Listed entries START

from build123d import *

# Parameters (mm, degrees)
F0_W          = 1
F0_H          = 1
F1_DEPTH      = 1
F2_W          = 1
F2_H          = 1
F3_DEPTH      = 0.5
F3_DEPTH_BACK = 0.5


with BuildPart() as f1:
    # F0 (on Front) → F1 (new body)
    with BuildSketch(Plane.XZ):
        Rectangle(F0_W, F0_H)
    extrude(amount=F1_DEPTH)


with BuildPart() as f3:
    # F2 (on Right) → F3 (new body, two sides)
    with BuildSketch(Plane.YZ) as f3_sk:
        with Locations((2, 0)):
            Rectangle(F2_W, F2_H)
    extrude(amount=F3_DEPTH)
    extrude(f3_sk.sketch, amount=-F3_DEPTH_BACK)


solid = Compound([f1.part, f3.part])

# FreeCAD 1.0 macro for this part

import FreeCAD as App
import Part
import Sketcher
from FreeCAD import Vector
Q = App.Units.Quantity


def add_polygon(sketch, points):
    """Adds a closed chain of lines whose ends are joined by coincident constraints."""
    first, n = sketch.GeometryCount, len(points)
    for a, b in zip(points, points[1:] + points[:1]):
        sketch.addGeometry(Part.LineSegment(App.Vector(*a, 0), App.Vector(*b, 0)), False)
    for i in range(n):
        sketch.addConstraint(Sketcher.Constraint("Coincident", first + i, 2, first + (i + 1) % n, 1))

doc = App.newDocument("Part")
body = doc.addObject("PartDesign::Body", "Body")

sketch1 = doc.addObject("Sketcher::SketchObject", "Sketch")
body.addObject(sketch1)
sketch1.AttachmentSupport = (doc.XZ_Plane, [""])
sketch1.MapMode = "FlatFace"
add_polygon(sketch1, [(-0.5, 0.5), (-0.5, -0.5), (0.5, -0.5), (0.5, 0.5)])
sketch1.addConstraint([
    Sketcher.Constraint("Vertical", 0),
    Sketcher.Constraint("Horizontal", 1),
    Sketcher.Constraint("Vertical", 2),
    Sketcher.Constraint("Horizontal", 3),
    Sketcher.Constraint("Symmetric", 0, 2, 2, 2, -1, 1),
    Sketcher.Constraint("Equal", 3, 0),
    Sketcher.Constraint("DistanceX", 1, 1, 1, 2, Q("1 mm")),
])
pad1 = doc.addObject("PartDesign::Pad", "Pad")
body.addObject(pad1)
pad1.Profile = sketch1
pad1.Length = 1
body2 = doc.addObject("PartDesign::Body", "Body001")

sketch2 = doc.addObject("Sketcher::SketchObject", "Sketch001")
body2.addObject(sketch2)
sketch2.AttachmentSupport = (doc.getObject("YZ_Plane001"), [""])
sketch2.MapMode = "FlatFace"
add_polygon(sketch2, [(1.5, 0.5), (1.5, -0.5), (2.5, -0.5), (2.5, 0.5)])
sketch2.addConstraint([
    Sketcher.Constraint("Vertical", 0),
    Sketcher.Constraint("Horizontal", 1),
    Sketcher.Constraint("Vertical", 2),
    Sketcher.Constraint("Horizontal", 3),
    Sketcher.Constraint("Equal", 3, 0),
    Sketcher.Constraint("DistanceX", 1, 1, 1, 2, Q("1 mm")),
    Sketcher.Constraint("DistanceX", -1, 1, 0, 2, Q("1.5 mm")),
    Sketcher.Constraint("DistanceY", 0, 2, -1, 1, Q("0.5 mm")),
])
pad2 = doc.addObject("PartDesign::Pad", "Pad001")
body2.addObject(pad2)
pad2.Profile = sketch2
pad2.Type = "TwoLengths"
pad2.Length = 0.5
pad2.Length2 = 0.5

doc.recompute()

Listed entries END

Starting at the first line of the records above, please copy each line exactly until you reach the line containing "# FreeCAD 1.0 macro for this part". Include that line and stop there.

from build123d import *

# Parameters (mm, degrees)
F0_W          = 1
F0_H          = 1
F1_DEPTH      = 1
F2_W          = 1
F2_H          = 1
F3_DEPTH      = 0.5
F3_DEPTH_BACK = 0.5


with BuildPart() as f1:
    # F0 (on Front) → F1 (new body)
    with BuildSketch(Plane.XZ):
        Rectangle(F0_W, F0_H)
    extrude(amount=F1_DEPTH)


with BuildPart() as f3:
    # F2 (on Right) → F3 (new body, two sides)
    with BuildSketch(Plane.YZ) as f3_sk:
        with Locations((2, 0)):
            Rectangle(F2_W, F2_H)
    extrude(amount=F3_DEPTH)
    extrude(f3_sk.sketch, amount=-F3_DEPTH_BACK)


solid = Compound([f1.part, f3.part])

# FreeCAD 1.0 macro for this part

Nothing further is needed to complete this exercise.